In fact, I’d argue the bankruptcy rate was climbing to get right back to its natural 2.1 million a year that it hit in 2005 and ACA didn’t just likely halve it, but prevented a shit ton of oncoming bankruptcies.
But, sarcastically, sure, dismiss it all out of hand because it makes you angry.
It doesn’t make that chart go away though. In fact, having looked into the data deeper, worried that I would have to issue a mea culpa, it looks rather likely that bankruptcies on that chart from 2006 to 2010 were rising faster than they had been previously. They freaking tripled in 4 years!
And if most bankruptcy is medical, than rather than saying ‘correlation isn’t causation’ please, one of you, for the love of anything, please explain what halted a 100% a year runaway bankruptcy growth and reversed almost as dramatically? Because so far everyone tossing that phrase out there just runs away and doesn’t offer up a counter-theory.
3) I shouldn’t have to pay for other’s medical expenses
Though a lot of people have explained that they shouldn’t ‘have to pay for other’s medical expenses.’
Now we’re at least being honest, because that isn’t arguing about whether bankruptcies are being dramatically cut. The idea of socially pooling costs upsets you. Never mind that we do that for fire, police, etc, it’s a fundamental issue.
Buddy, welcome to being part of a civilization. I pay for your military defense out of my taxes.
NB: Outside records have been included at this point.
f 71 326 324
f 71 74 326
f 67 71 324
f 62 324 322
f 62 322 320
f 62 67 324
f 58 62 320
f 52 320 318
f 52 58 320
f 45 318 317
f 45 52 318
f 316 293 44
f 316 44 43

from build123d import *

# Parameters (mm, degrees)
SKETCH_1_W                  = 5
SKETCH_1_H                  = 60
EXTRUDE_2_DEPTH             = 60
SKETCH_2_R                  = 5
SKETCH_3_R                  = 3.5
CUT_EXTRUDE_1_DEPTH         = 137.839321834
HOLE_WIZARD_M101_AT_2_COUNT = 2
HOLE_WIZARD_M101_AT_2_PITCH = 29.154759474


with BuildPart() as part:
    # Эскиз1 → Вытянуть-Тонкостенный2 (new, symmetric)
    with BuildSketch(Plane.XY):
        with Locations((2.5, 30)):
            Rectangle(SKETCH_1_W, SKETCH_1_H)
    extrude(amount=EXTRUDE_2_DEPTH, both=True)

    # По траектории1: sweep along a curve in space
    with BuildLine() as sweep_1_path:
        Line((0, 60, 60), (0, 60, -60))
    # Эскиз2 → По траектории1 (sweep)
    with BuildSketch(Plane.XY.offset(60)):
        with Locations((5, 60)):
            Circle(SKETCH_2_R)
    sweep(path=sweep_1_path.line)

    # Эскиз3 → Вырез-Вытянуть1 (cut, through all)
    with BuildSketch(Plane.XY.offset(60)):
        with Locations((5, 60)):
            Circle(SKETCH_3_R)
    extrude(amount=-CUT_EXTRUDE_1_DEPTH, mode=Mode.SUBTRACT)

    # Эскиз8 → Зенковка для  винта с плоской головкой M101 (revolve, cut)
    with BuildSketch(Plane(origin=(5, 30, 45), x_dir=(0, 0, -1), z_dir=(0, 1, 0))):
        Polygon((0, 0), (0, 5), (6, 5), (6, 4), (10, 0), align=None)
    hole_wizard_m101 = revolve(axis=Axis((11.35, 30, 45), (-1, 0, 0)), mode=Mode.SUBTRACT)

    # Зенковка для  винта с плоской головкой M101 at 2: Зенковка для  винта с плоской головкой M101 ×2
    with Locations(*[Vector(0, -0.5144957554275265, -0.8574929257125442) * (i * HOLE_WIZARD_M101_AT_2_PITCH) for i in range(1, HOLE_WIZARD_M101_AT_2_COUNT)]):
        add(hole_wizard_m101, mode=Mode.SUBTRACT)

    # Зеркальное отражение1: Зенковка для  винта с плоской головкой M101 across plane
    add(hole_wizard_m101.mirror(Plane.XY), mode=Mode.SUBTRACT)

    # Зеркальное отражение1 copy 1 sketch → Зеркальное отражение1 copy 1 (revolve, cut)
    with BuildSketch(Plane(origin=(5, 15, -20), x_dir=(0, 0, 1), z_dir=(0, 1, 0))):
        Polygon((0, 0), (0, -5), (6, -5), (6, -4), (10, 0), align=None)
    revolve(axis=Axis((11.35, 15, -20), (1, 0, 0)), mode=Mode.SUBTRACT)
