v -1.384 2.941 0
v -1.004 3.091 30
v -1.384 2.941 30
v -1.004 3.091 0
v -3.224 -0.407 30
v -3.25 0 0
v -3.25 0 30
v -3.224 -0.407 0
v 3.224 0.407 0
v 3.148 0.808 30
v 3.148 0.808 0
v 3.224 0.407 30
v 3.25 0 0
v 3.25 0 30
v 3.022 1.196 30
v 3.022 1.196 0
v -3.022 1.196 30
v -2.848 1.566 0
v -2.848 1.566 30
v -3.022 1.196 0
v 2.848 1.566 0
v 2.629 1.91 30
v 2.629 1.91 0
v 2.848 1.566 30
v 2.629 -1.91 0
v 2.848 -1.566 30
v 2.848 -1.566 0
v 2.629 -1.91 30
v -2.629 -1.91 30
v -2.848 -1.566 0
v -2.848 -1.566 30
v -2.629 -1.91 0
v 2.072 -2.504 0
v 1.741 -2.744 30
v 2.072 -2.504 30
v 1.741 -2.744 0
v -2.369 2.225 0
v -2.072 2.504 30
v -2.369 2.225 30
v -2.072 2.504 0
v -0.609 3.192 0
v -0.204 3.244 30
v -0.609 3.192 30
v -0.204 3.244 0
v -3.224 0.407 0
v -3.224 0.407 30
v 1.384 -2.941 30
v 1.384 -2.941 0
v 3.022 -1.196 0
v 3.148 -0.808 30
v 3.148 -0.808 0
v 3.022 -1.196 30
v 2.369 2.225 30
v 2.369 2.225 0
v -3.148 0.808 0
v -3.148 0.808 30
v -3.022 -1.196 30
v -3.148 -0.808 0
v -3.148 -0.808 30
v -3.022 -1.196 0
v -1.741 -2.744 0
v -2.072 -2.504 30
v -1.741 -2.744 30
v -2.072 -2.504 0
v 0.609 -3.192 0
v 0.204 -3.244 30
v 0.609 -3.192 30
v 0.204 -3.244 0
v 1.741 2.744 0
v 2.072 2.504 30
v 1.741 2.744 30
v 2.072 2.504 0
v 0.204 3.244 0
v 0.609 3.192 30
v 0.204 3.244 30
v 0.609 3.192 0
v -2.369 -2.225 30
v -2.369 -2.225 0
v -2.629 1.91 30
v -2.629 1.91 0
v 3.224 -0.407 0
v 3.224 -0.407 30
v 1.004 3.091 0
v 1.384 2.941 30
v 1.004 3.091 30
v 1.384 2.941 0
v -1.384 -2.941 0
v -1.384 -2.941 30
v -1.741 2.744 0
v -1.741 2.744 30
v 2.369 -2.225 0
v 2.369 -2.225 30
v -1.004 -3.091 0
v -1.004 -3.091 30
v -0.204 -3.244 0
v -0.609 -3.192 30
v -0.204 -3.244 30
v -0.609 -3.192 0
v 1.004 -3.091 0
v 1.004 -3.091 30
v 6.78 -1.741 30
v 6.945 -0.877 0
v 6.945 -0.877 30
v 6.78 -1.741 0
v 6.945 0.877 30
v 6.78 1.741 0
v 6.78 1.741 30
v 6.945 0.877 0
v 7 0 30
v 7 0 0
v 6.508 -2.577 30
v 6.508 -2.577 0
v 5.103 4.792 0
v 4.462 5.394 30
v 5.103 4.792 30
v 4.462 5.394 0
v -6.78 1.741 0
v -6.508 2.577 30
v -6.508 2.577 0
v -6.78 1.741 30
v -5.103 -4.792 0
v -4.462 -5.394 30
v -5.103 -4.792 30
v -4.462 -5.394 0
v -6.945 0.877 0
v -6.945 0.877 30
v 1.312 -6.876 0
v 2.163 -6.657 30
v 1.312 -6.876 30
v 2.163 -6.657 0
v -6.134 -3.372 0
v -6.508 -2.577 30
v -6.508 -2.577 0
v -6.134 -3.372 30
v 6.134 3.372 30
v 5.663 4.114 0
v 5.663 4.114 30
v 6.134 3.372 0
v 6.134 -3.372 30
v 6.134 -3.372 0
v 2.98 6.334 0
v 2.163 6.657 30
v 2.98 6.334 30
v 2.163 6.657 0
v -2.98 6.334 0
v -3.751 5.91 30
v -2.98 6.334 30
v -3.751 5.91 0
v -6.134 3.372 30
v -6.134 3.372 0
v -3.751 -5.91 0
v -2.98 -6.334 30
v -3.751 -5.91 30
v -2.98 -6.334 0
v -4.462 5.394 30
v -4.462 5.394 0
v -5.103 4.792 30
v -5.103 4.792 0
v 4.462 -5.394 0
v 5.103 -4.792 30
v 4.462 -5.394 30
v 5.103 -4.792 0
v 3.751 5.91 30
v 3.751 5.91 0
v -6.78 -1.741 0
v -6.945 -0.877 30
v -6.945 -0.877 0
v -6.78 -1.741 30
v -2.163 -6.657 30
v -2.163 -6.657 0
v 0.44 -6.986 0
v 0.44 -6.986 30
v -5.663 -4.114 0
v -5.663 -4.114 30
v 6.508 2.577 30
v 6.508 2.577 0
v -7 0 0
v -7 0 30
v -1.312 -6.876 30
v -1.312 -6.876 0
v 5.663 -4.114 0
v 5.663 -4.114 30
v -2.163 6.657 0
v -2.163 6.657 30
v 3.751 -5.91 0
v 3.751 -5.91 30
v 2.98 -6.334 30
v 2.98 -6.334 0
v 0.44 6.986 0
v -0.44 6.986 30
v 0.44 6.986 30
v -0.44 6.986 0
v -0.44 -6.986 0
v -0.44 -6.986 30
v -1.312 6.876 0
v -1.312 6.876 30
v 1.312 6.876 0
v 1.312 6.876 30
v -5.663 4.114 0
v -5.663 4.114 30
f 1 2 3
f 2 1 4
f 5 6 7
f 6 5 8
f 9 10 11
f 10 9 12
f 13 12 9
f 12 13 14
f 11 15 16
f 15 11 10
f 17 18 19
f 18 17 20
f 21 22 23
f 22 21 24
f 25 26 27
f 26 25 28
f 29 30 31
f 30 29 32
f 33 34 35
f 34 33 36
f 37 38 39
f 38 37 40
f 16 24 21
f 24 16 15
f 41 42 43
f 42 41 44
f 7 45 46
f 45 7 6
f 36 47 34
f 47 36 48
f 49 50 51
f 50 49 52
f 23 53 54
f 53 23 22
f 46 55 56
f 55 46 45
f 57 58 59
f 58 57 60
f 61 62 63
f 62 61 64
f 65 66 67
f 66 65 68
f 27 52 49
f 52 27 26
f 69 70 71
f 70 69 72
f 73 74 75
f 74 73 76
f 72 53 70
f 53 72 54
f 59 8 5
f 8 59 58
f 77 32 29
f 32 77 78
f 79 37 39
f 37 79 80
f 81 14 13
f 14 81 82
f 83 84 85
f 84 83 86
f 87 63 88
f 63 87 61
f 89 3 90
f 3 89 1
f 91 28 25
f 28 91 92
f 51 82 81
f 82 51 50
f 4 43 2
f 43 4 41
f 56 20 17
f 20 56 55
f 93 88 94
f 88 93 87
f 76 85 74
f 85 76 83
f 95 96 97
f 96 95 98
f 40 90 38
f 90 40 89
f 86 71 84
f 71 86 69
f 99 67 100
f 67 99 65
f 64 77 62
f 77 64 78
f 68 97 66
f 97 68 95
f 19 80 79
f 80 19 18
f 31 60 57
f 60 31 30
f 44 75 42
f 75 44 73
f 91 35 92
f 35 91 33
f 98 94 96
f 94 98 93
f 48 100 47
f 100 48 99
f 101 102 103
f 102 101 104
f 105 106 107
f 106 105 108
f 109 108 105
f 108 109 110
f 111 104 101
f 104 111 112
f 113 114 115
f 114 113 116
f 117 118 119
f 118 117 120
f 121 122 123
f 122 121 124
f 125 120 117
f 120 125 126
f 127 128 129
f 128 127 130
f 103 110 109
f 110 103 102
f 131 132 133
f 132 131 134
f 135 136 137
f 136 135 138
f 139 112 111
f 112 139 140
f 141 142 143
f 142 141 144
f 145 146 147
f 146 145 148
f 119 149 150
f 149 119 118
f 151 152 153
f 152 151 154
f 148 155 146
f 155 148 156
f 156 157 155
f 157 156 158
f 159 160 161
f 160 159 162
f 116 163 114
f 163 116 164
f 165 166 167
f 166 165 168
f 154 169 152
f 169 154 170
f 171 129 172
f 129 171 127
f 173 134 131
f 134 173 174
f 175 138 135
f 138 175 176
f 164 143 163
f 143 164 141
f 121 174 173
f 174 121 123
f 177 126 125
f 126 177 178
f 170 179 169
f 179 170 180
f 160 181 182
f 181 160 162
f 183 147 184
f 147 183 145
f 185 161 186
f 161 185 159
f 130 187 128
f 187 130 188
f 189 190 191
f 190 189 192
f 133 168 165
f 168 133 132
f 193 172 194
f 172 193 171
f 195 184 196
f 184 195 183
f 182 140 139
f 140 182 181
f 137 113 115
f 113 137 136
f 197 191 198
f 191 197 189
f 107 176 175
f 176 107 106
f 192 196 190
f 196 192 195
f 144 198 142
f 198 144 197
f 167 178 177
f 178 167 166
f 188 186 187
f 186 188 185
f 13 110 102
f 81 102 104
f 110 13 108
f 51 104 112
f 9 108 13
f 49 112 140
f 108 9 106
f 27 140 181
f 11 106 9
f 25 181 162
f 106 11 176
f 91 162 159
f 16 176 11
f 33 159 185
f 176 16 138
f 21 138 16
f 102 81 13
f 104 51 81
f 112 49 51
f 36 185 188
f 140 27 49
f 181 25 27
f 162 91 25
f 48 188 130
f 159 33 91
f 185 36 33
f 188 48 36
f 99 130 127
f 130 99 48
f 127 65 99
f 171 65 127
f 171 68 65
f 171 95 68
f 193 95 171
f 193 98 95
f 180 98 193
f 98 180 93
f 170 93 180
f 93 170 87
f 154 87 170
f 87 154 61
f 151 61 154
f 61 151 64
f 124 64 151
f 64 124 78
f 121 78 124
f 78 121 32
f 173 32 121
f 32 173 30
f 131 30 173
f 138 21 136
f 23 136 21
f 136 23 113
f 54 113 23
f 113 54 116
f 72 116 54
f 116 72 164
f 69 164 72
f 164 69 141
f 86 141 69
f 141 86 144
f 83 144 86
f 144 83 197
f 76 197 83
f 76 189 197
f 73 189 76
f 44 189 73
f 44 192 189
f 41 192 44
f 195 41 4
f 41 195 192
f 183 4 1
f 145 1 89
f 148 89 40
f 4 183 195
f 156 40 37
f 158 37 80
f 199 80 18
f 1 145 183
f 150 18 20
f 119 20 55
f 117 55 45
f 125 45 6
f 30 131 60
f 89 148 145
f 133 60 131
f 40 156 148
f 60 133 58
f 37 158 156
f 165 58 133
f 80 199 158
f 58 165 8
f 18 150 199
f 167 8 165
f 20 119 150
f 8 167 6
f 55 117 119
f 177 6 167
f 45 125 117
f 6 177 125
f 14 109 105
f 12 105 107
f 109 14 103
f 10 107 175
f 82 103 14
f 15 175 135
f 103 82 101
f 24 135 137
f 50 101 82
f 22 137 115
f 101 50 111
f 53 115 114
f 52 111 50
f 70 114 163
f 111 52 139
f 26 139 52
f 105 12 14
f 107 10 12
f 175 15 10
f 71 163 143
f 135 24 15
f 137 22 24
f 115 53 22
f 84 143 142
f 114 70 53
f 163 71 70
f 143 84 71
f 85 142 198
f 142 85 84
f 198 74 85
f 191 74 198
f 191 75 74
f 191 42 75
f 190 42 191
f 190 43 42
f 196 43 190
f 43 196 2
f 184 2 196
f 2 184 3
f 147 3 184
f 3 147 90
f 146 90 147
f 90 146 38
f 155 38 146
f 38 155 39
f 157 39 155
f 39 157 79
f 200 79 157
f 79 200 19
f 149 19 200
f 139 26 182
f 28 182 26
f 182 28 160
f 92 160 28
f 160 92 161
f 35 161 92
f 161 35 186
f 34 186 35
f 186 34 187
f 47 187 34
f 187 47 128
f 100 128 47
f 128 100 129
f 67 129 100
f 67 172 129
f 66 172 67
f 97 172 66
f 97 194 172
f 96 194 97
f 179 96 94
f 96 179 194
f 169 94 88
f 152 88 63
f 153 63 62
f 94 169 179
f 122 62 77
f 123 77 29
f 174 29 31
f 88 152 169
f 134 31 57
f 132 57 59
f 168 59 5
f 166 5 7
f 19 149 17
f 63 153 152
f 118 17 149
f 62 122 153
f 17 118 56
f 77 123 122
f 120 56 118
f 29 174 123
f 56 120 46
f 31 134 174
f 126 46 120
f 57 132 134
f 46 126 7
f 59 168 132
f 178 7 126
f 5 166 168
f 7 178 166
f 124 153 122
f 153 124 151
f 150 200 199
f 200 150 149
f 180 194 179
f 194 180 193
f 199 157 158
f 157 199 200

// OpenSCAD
$fn = 50;


difference() {
	union() {
		*color(alpha = 1.0000000000, c = "gray") {
			translate(v = [0, 7, 0]) {
				linear_extrude(height = 1) {
					text(font = "Arial:style=Bold", halign = "center", size = 4.5000000000, text = "COMMENT plate main", valign = "center");
				}
			}
		}
		cylinder(h = 30, r = 7.0000000000);
	}
	union() {
		*color(alpha = 1.0000000000, c = "gray") {
			translate(v = [0, 7, 0]) {
				linear_extrude(height = 1) {
					text(font = "Arial:style=Bold", halign = "center", size = 4.5000000000, text = "COMMENT holes main", valign = "center");
				}
			}
		}
		translate(v = [0, 0, -100]) {
			cylinder(h = 200, r = 3.2500000000);
		}
		translate(v = [0, 0, -100]) {
			cylinder(h = 200, r = 1.8000000000);
		}
	}
}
We pay for other people’s house fires to get put out. Ever been in a car accident? I haven’t, but my money pools in to pay. That’s how insurance works. We all pool in.
And you don’t have a choice in that. You haven’t since Ronald Regan passed EMTALA, a law that made it illegal for emergency rooms to turn down medical care. That socialized US medicine. What we’re arguing about since then is how to pay for it as a society because people refuse to approach it like any other society with good health and riches has.
And yes, ACA still cut bankruptcies.